# Follower boards to reduce 10 frame hive



## coldfeet (Mar 14, 2014)

I have a small swarm from June that drew and filled two medium 10 frame boxes through August. I added a third medium box in September and fed syrup but only 2 frames got drawn out.

I'm thinking (!) to try using follower boards in all 3 boxes to get the hive to an 8 frame, 3 medium boxes configuration for overwintering.

My confusion is about the follower boards. The glossary describes them as boards 3/4″ to 1/4″ thick, plywood or other material, cut to the size of the frames. A search of the forum turned up a few pictures showing the top bar of the follower boards already placed in the hive, but not the spacing.

For my purpose, do the boards have to be tightly fit to the box, with no bee space (as enjambres described in a post a few days ago), or can they be the size of medium frames? With no woodworking skills, I thought that perhaps I could manage to make something like the follower boards described at http://www.honeybeesuite.com/how-to-make-follower-boards-for-a-langstroth-hive/.

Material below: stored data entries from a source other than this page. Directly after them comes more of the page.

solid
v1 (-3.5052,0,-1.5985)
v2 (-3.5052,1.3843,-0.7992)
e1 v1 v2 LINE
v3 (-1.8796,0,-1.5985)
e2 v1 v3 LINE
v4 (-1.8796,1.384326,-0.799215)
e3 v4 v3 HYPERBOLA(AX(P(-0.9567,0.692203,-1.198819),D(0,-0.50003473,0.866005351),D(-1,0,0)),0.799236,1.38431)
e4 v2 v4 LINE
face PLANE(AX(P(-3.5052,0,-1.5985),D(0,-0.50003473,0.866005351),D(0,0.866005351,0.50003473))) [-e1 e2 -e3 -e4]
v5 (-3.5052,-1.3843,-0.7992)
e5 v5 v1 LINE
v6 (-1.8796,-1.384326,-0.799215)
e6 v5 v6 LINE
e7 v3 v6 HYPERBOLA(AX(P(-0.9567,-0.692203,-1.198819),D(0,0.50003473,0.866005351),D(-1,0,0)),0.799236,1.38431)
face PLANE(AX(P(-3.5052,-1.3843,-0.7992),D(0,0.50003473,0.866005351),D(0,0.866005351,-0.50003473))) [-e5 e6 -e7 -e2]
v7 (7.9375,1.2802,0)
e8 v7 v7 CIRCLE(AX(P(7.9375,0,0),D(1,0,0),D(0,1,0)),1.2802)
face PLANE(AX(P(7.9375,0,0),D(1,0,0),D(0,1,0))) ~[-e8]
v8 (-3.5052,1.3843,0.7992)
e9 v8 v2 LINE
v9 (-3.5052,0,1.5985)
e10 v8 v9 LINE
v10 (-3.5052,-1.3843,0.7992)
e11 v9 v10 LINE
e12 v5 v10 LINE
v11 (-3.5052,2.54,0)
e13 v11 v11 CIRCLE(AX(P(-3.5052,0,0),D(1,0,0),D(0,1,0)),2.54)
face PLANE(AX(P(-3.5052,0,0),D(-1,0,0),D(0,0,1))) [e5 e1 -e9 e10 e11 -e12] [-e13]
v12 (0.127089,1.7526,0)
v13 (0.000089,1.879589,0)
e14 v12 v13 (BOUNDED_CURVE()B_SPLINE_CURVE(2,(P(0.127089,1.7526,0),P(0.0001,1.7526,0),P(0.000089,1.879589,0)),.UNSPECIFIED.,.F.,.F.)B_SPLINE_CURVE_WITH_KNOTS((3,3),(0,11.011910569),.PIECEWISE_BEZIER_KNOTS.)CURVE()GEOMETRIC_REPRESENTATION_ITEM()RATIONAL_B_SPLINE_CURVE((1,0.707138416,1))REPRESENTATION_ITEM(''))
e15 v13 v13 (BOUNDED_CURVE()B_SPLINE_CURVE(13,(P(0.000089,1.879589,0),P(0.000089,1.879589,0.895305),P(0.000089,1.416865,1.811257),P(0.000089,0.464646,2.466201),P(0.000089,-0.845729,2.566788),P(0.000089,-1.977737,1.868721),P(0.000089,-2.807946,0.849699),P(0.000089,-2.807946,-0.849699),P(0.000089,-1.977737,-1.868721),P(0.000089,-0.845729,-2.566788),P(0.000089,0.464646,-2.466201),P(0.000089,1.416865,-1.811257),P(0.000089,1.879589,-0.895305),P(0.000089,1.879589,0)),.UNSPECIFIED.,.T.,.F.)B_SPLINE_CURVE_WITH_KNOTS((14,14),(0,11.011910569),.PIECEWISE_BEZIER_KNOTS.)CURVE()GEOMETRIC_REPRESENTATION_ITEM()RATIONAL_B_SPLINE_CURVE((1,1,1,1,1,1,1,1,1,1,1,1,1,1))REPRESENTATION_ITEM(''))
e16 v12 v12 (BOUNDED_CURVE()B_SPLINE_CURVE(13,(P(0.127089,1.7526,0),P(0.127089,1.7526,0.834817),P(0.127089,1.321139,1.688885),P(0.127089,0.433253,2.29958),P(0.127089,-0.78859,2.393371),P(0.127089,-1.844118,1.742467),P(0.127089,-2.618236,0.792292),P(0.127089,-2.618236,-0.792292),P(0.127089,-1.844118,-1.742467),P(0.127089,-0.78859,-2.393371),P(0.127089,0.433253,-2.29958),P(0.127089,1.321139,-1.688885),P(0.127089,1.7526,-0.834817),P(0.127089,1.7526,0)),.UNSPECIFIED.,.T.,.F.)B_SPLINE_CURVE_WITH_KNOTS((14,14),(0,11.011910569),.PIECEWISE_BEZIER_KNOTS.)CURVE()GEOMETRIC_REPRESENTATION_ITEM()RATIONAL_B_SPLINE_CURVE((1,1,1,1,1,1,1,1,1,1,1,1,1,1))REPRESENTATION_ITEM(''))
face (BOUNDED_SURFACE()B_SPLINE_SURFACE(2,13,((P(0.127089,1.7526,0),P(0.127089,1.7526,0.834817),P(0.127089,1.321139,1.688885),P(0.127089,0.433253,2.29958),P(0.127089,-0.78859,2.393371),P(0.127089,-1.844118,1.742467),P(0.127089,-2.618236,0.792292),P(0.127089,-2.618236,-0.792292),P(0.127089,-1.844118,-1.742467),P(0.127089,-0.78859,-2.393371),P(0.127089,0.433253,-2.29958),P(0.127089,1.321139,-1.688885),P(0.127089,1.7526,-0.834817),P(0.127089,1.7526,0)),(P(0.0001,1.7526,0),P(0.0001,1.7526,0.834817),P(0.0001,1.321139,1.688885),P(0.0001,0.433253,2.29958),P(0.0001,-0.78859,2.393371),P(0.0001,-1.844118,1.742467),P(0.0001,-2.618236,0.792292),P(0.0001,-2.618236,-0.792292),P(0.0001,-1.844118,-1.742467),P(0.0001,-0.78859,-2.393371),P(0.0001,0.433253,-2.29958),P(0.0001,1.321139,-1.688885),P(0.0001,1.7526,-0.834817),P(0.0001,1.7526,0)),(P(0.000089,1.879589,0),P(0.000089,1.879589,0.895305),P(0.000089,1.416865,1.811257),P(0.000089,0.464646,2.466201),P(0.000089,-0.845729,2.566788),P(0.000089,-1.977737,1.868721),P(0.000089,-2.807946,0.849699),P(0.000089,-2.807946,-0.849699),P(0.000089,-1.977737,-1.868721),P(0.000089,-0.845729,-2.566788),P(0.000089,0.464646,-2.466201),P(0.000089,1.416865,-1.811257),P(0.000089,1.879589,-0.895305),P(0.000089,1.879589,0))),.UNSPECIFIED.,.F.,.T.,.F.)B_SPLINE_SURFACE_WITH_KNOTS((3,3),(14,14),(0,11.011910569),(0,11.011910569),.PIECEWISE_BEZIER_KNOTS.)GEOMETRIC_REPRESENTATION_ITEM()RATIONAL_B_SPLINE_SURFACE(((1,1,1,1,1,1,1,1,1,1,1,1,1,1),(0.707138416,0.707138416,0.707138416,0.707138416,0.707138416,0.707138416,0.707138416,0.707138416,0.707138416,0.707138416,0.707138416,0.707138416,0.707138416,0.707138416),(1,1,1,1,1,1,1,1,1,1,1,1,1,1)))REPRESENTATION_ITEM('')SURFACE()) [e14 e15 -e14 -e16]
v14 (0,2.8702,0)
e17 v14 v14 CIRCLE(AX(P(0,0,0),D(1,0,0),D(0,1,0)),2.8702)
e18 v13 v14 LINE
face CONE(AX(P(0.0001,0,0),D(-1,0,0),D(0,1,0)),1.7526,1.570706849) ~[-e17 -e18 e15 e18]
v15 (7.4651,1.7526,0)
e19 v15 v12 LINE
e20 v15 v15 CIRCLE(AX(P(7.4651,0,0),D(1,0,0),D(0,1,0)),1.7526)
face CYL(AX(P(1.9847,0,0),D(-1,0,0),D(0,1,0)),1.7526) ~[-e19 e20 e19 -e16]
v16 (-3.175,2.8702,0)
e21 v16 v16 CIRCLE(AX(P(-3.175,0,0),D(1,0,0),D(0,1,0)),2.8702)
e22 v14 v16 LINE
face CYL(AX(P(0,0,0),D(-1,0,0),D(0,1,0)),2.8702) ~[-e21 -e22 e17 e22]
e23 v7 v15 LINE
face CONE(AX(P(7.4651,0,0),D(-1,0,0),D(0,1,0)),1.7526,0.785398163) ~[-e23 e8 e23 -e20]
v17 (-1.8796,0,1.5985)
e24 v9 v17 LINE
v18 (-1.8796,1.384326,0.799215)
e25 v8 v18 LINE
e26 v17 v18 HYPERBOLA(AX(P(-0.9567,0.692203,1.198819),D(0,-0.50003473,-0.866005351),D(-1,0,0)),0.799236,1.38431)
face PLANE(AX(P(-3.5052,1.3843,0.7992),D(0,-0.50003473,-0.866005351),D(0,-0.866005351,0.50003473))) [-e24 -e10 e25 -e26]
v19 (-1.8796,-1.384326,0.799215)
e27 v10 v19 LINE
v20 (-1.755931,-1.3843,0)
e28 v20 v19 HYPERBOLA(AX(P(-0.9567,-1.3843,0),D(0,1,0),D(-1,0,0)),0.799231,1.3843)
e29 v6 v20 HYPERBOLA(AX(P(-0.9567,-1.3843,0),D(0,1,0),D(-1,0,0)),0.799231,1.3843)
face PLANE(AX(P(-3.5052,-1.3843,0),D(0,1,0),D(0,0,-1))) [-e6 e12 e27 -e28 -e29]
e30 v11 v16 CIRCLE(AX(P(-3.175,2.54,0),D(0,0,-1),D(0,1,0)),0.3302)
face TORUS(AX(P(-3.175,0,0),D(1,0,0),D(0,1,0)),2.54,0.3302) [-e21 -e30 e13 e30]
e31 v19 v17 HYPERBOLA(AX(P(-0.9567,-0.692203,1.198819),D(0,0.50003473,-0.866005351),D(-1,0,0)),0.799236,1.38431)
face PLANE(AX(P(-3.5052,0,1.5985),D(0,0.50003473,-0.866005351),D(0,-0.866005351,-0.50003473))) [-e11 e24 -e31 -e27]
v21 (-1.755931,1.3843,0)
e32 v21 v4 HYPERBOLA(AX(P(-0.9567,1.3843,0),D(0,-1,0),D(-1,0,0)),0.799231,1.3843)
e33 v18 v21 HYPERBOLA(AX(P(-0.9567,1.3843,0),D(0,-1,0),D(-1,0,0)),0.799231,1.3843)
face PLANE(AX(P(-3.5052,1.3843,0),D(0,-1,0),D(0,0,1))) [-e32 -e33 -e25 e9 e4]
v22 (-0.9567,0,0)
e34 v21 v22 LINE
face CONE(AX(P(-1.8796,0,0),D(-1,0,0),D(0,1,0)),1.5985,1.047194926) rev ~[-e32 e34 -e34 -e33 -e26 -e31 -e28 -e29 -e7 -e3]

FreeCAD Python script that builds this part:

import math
import FreeCAD as App
import Part
import Sketcher
Q = App.Units.Quantity


def edges_at(feature, points):
    """Names of the edges that pass closest to the given points."""
    edges = feature.Shape.Edges
    near = lambda p: min(range(len(edges)), key=lambda i: edges[i].distToShape(Part.Vertex(*p))[0])
    return sorted({f"Edge{near(p) + 1}" for p in points})

doc = App.newDocument("Part")
params = doc.addObject("Spreadsheet::Sheet", "Params")
for row, (alias, value) in enumerate([
    ("sketch1_width", "0.3125 in"),
    ("sketch1_width2", "0.138 in"),
    ("sketch1_width3", "0.064 in"),
    ("sketch1_height", "0.069 in"),
    ("sketch1_height2", "0.044 in"),
    ("revolution_angle", "360 deg"),
    ("pad1_length", "1.7493 mm"),
    ("fillet_radius", "0.013 in"),
    ("chamfer_size", "0.0185984 in"),
    ("chamfer_size2", "0.0185984 in"),
    ("fillet2_radius", "0.005 in"),
], start=1):
    params.set(f"A{row}", alias)
    params.set(f"B{row}", "=" + value)
    params.setAlias(f"B{row}", alias)

body = doc.addObject("PartDesign::Body", "Body")

sketch1 = body.newObject("Sketcher::SketchObject", "Sketch")
sketch1.AttachmentSupport = (doc.getObject("XY_Plane"), [""])
sketch1.MapMode = "FlatFace"
sketch1.addGeometry([
    Part.LineSegment(App.Vector(-1.9, 1.6, 0), App.Vector(-1, 0, 0)),
    Part.LineSegment(App.Vector(-1, 0, 0), App.Vector(7.9, 0, 0)),
    Part.LineSegment(App.Vector(7.9, 0, 0), App.Vector(7.9, 1.8, 0)),
    Part.LineSegment(App.Vector(7.9, 1.8, 0), App.Vector(0, 1.8, 0)),
    Part.LineSegment(App.Vector(0, 1.8, 0), App.Vector(0, 2.9, 0)),
    Part.LineSegment(App.Vector(0, 2.9, 0), App.Vector(-3.5, 2.9, 0)),
    Part.LineSegment(App.Vector(-3.5, 2.9, 0), App.Vector(-3.5, 1.6, 0)),
    Part.LineSegment(App.Vector(-3.5, 1.6, 0), App.Vector(-1.9, 1.6, 0)),
], False)
sketch1.addConstraint([
    Sketcher.Constraint("Coincident", 0, 2, 1, 1),
    Sketcher.Constraint("Coincident", 1, 2, 2, 1),
    Sketcher.Constraint("Coincident", 2, 2, 3, 1),
    Sketcher.Constraint("Coincident", 3, 2, 4, 1),
    Sketcher.Constraint("Coincident", 4, 2, 5, 1),
    Sketcher.Constraint("Coincident", 5, 2, 6, 1),
    Sketcher.Constraint("Coincident", 6, 2, 7, 1),
    Sketcher.Constraint("Coincident", 7, 2, 0, 1),
    Sketcher.Constraint("Horizontal", 1),
    Sketcher.Constraint("Vertical", 2),
    Sketcher.Constraint("Horizontal", 3),
    Sketcher.Constraint("Vertical", 4),
    Sketcher.Constraint("Horizontal", 5),
    Sketcher.Constraint("Vertical", 6),
    Sketcher.Constraint("Horizontal", 7),
    Sketcher.Constraint("PointOnObject", 0, 2, -1),
    Sketcher.Constraint("PointOnObject", 3, 2, -2),
    Sketcher.Constraint("Angle", 0, Q("-59.9998 deg")),
    Sketcher.Constraint("DistanceX", 3, 2, 3, 1, Q("0.3125 in")),
    Sketcher.Constraint("DistanceX", 5, 2, 5, 1, Q("0.138 in")),
    Sketcher.Constraint("DistanceX", 7, 1, 7, 2, Q("0.064 in")),
    Sketcher.Constraint("DistanceY", 2, 1, 2, 2, Q("0.069 in")),
    Sketcher.Constraint("DistanceY", 4, 1, 4, 2, Q("0.044 in")),
    Sketcher.Constraint("DistanceX", 1, 1, 1, 2, 8.8942),
])
sketch1.setExpression("Constraints[18]", "Params.sketch1_width")
sketch1.setExpression("Constraints[19]", "Params.sketch1_width2")
sketch1.setExpression("Constraints[20]", "Params.sketch1_width3")
sketch1.setExpression("Constraints[21]", "Params.sketch1_height")
sketch1.setExpression("Constraints[22]", "Params.sketch1_height2")
revolution = body.newObject("PartDesign::Revolution", "Revolution")
revolution.Profile = sketch1
revolution.ReferenceAxis = (sketch1, ["H_Axis"])
revolution.setExpression("Angle", "Params.revolution_angle")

I have frame parts and could use the tops of them (without reducing the width) with masonite board attached, but I wanted to be sure of the size of the boards.


----------



## Vance G (Jan 6, 2011)

If you have access to Styrofoam you could put a piece on both sides and get some insulation benefit. If you choose that route cover the styrofoam with plastic bags so the bees do not disassemble it or use foil covered.


----------



## RayMarler (Jun 18, 2008)

A follower board has beespace around it, just like a frame. It is usually made out of solid wood and is the dimensions of a frame, giving it beespace around, between it's edges and the box and top and bottom. These are used just as you are describing, to give an air space on the outsides of the follower boards, which gives some air flow and insulating factors. They are used also to be the first board pulled during inspections, to give space to pull the next frame without rolling bees.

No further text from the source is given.